§ **Records to process**
----

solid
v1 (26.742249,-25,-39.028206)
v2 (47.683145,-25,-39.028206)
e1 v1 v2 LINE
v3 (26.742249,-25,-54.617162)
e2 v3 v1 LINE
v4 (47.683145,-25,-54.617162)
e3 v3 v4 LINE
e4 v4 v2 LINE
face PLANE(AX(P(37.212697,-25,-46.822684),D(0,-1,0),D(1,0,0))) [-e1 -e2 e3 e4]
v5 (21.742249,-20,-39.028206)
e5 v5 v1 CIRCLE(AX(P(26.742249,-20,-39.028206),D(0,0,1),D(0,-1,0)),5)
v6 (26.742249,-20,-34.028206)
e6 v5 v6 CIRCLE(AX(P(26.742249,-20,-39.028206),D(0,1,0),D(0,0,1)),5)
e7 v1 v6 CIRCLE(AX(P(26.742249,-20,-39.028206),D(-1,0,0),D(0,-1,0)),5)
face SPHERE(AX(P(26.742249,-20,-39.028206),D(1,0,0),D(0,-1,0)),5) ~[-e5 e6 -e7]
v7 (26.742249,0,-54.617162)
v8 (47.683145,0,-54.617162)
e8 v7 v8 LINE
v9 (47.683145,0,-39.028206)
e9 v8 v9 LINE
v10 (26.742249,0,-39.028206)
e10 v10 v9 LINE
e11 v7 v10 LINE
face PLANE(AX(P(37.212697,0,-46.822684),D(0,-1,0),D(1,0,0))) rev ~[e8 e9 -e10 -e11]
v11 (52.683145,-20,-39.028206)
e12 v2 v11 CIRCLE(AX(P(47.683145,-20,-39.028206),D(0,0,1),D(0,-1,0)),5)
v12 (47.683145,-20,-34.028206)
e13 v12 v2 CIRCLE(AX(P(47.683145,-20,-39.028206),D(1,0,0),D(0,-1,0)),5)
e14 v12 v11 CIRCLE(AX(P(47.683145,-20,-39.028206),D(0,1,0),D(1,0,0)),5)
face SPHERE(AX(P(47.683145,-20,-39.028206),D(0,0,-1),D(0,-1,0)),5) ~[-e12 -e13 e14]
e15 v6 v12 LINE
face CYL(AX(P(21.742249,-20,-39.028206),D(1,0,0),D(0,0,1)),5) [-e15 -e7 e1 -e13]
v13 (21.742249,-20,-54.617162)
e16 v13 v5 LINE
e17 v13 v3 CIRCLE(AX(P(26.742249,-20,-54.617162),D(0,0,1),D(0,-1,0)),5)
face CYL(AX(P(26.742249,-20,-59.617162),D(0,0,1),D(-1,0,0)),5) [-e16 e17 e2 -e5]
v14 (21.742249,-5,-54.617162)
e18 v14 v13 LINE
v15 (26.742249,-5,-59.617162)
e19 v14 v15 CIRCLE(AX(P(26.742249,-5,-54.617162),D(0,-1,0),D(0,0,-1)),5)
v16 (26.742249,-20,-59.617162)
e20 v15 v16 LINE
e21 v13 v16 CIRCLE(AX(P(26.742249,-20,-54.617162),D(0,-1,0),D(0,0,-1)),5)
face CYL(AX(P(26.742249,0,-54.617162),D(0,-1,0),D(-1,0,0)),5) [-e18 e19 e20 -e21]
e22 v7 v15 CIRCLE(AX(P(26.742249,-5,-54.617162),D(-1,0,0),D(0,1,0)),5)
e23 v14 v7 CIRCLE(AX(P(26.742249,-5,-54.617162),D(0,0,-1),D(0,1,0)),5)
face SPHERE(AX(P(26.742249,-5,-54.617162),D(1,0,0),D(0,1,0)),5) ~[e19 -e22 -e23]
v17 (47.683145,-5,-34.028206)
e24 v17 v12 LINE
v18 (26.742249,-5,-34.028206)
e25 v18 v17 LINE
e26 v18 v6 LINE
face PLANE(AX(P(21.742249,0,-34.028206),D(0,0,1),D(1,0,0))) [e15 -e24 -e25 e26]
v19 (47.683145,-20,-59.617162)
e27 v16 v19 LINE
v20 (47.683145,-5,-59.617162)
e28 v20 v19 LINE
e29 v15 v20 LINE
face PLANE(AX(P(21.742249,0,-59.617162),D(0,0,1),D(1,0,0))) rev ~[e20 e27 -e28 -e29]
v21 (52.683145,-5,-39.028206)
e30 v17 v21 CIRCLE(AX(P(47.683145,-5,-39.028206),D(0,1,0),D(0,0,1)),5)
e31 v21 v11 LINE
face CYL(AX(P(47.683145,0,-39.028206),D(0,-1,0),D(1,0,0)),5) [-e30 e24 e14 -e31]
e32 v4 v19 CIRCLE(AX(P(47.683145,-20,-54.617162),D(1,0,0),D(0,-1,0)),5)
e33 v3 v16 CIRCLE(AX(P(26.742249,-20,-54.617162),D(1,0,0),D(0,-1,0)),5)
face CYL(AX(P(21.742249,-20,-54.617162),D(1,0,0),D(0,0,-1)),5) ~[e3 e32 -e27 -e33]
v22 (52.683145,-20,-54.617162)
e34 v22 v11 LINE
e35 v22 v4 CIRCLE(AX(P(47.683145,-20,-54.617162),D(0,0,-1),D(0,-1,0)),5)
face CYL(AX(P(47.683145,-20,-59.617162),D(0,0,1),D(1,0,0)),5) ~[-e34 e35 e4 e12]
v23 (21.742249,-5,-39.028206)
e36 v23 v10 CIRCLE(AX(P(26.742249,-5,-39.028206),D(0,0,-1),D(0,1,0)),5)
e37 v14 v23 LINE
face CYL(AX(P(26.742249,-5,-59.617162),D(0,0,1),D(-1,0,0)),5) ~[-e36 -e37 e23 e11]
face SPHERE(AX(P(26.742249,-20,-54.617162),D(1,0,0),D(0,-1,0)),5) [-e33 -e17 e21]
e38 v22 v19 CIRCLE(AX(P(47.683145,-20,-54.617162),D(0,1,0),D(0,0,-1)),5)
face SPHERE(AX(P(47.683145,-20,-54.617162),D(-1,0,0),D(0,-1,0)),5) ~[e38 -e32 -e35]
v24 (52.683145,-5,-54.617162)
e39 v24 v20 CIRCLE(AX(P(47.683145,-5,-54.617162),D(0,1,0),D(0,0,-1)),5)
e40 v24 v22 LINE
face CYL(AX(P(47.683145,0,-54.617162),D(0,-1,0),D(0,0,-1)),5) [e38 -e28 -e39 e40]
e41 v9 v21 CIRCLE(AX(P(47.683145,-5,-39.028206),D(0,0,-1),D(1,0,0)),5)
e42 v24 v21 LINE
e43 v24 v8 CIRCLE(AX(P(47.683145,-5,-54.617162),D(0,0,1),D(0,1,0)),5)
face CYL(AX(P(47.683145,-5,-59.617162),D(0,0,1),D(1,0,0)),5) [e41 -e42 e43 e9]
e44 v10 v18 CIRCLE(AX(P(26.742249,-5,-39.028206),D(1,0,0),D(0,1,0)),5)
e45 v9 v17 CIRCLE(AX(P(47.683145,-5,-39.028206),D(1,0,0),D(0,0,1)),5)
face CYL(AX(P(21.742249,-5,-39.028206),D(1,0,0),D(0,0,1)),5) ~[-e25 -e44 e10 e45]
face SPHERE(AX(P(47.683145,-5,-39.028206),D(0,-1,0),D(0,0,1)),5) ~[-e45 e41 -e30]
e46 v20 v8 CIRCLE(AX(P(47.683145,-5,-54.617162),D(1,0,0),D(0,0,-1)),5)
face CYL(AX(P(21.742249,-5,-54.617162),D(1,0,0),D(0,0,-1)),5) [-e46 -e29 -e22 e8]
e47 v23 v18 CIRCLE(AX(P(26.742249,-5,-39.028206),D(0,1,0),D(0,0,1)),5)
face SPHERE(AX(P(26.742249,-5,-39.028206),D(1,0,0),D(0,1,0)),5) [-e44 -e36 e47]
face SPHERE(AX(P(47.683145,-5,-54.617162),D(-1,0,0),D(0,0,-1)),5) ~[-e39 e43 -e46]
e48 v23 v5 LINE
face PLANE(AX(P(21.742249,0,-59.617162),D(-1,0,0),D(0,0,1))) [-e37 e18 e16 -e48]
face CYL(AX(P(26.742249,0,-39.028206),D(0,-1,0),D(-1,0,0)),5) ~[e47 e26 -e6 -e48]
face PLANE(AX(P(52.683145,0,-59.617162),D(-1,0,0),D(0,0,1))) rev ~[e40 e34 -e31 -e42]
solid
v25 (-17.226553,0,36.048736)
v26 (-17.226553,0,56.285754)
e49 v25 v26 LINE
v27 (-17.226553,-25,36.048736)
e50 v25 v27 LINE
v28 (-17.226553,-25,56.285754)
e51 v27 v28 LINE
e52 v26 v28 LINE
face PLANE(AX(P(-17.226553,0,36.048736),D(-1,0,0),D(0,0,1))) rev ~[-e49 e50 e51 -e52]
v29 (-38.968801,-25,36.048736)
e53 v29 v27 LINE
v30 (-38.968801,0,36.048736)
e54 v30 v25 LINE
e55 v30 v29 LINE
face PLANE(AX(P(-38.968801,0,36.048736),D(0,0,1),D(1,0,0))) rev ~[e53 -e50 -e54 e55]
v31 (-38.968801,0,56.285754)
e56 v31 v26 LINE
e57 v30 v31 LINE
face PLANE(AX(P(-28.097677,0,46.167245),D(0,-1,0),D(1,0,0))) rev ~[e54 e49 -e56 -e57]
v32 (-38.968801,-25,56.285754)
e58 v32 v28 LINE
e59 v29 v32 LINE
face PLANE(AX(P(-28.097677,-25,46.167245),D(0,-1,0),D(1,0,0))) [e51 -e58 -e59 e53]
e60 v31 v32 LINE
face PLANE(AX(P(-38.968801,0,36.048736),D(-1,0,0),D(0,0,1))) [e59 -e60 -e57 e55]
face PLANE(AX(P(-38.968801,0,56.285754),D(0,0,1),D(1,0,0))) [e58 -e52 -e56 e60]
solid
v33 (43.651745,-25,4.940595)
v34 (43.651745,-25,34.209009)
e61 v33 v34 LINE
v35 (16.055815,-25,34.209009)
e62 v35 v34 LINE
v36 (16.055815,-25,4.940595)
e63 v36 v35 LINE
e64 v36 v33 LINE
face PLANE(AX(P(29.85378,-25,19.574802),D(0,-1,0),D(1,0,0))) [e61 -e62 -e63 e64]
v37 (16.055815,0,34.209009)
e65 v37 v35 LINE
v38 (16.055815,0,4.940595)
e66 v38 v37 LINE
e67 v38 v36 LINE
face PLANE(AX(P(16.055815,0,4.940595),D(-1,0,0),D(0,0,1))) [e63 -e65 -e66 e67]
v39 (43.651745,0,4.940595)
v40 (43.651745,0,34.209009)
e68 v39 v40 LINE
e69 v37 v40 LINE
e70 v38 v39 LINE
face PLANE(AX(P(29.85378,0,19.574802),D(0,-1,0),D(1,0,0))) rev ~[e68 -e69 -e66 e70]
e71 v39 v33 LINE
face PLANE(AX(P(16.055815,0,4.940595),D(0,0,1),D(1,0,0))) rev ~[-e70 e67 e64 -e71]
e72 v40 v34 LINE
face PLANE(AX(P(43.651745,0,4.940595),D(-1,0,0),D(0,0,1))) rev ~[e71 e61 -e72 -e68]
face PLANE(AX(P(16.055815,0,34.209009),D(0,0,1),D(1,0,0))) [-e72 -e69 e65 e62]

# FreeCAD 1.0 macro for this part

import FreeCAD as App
import Part
import Sketcher


def add_polygon(sketch, points):
    """Adds a closed chain of lines whose ends are joined by coincident constraints."""
    first, n = sketch.GeometryCount, len(points)
    for a, b in zip(points, points[1:] + points[:1]):
        sketch.addGeometry(Part.LineSegment(App.Vector(*a, 0), App.Vector(*b, 0)), False)
    for i in range(n):
        sketch.addConstraint(Sketcher.Constraint("Coincident", first + i, 2, first + (i + 1) % n, 1))

doc = App.newDocument("Part")
body = doc.addObject("PartDesign::Body", "Body")

# Sketch on XZ plane
sketch1 = body.newObject("Sketcher::SketchObject", "Sketch")
sketch1.AttachmentSupport = (doc.getObject("XZ_Plane"), [""])
sketch1.MapMode = "FlatFace"
add_polygon(sketch1, [(-39, 56), (-39, 36), (-17, 36), (-17, 56)])  # lines 0-3
sketch1.addConstraint(Sketcher.Constraint("Vertical", 0))
sketch1.addConstraint(Sketcher.Constraint("Horizontal", 1))
sketch1.addConstraint(Sketcher.Constraint("Vertical", 2))
sketch1.addConstraint(Sketcher.Constraint("Horizontal", 3))
sketch1.addConstraint(Sketcher.Constraint("DistanceX", 1, 1, 1, 2, 21.742249))
sketch1.addConstraint(Sketcher.Constraint("DistanceX", 0, 2, -1, 1, 38.968801))
sketch1.addConstraint(Sketcher.Constraint("DistanceY", 0, 2, 0, 1, 20.237017))
sketch1.addConstraint(Sketcher.Constraint("DistanceY", -1, 1, 0, 2, 36.048736))
pad1 = body.newObject("PartDesign::Pad", "Pad")
pad1.Profile = sketch1
pad1.Length = 25
body2 = doc.addObject("PartDesign::Body", "Body001")

# Sketch on XZ plane
sketch2 = body2.newObject("Sketcher::SketchObject", "Sketch001")
sketch2.AttachmentSupport = (doc.getObject("XZ_Plane001"), [""])
sketch2.MapMode = "FlatFace"
add_polygon(sketch2, [(16, 34), (16, 5), (44, 5), (44, 34)])  # lines 0-3
sketch2.addConstraint(Sketcher.Constraint("Vertical", 0))
sketch2.addConstraint(Sketcher.Constraint("Horizontal", 1))
sketch2.addConstraint(Sketcher.Constraint("Vertical", 2))
sketch2.addConstraint(Sketcher.Constraint("Horizontal", 3))
sketch2.addConstraint(Sketcher.Constraint("DistanceX", 1, 1, 1, 2, 27.59593))
sketch2.addConstraint(Sketcher.Constraint("DistanceY", 0, 2, 0, 1, 29.268414))
sketch2.addConstraint(Sketcher.Constraint("DistanceY", -1, 1, 2, 2, 34.209009))
sketch2.addConstraint(Sketcher.Constraint("DistanceX", -1, 1, 0, 2, 16.055815))
pad2 = body2.newObject("PartDesign::Pad", "Pad001")
pad2.Profile = sketch2
pad2.Length = 25
body3 = doc.addObject("PartDesign::Body", "Body002")

# Sketch on XZ plane
sketch3 = body3.newObject("Sketcher::SketchObject", "Sketch002")
sketch3.AttachmentSupport = (doc.getObject("XZ_Plane002"), [""])
sketch3.MapMode = "FlatFace"
add_polygon(sketch3, [(-34, -33), (-34, -50), (-10, -50), (-10, -33)])  # lines 0-3
sketch3.addConstraint(Sketcher.Constraint("Vertical", 0))
sketch3.addConstraint(Sketcher.Constraint("Horizontal", 1))
sketch3.addConstraint(Sketcher.Constraint("Vertical", 2))
sketch3.addConstraint(Sketcher.Constraint("Horizontal", 3))
sketch3.addConstraint(Sketcher.Constraint("DistanceX", 1, 1, 1, 2, 24.083721))
sketch3.addConstraint(Sketcher.Constraint("DistanceY", 0, 2, 0, 1, 16.223062))
sketch3.addConstraint(Sketcher.Constraint("DistanceX", 0, 2, -1, 1, 34.453101))
sketch3.addConstraint(Sketcher.Constraint("DistanceY", 0, 2, -1, 1, 49.582276))
pad3 = body3.newObject("PartDesign::Pad", "Pad002")
pad3.Profile = sketch3
pad3.Length = 25
body4 = doc.addObject("PartDesign::Body", "Body003")

# Sketch on XZ plane
sketch4 = body4.newObject("Sketcher::SketchObject", "Sketch003")
sketch4.AttachmentSupport = (doc.getObject("XZ_Plane003"), [""])
sketch4.MapMode = "FlatFace"
add_polygon(sketch4, [(22, -34), (22, -60), (53, -60), (53, -34)])  # lines 0-3
sketch4.addConstraint(Sketcher.Constraint("Vertical", 0))
sketch4.addConstraint(Sketcher.Constraint("Horizontal", 1))
sketch4.addConstraint(Sketcher.Constraint("Vertical", 2))
sketch4.addConstraint(Sketcher.Constraint("Horizontal", 3))
sketch4.addConstraint(Sketcher.Constraint("DistanceX", 1, 1, 1, 2, 30.940896))
sketch4.addConstraint(Sketcher.Constraint("DistanceY", 0, 2, 0, 1, 25.588956))
sketch4.addConstraint(Sketcher.Constraint("DistanceX", -1, 1, 0, 2, 21.742249))
sketch4.addConstraint(Sketcher.Constraint("DistanceY", 0, 2, -1, 1, 59.617162))
pad4 = body4.newObject("PartDesign::Pad", "Pad003")
pad4.Profile = sketch4
pad4.Length = 25
doc.recompute()

fillet = body4.newObject("PartDesign::Fillet", "Fillet")
fillet.Base = (pad4, ["Edge1"])
fillet.UseAllEdges = True
fillet.Radius = 5
body3.Visibility = False

doc.recompute()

----

§ **Problem details**
Wherever the word "SPHERE" occurs in a line of the listing, copy that line.

§ **Exercise result**
face SPHERE(AX(P(26.742249,-20,-39.028206),D(1,0,0),D(0,-1,0)),5) ~[-e5 e6 -e7]
face SPHERE(AX(P(47.683145,-20,-39.028206),D(0,0,-1),D(0,-1,0)),5) ~[-e12 -e13 e14]
face SPHERE(AX(P(26.742249,-5,-54.617162),D(1,0,0),D(0,1,0)),5) ~[e19 -e22 -e23]
face SPHERE(AX(P(26.742249,-20,-54.617162),D(1,0,0),D(0,-1,0)),5) [-e33 -e17 e21]
face SPHERE(AX(P(47.683145,-20,-54.617162),D(-1,0,0),D(0,-1,0)),5) ~[e38 -e32 -e35]
face SPHERE(AX(P(47.683145,-5,-39.028206),D(0,-1,0),D(0,0,1)),5) ~[-e45 e41 -e30]
face SPHERE(AX(P(26.742249,-5,-39.028206),D(1,0,0),D(0,1,0)),5) [-e44 -e36 e47]
face SPHERE(AX(P(47.683145,-5,-54.617162),D(-1,0,0),D(0,0,-1)),5) ~[-e39 e43 -e46]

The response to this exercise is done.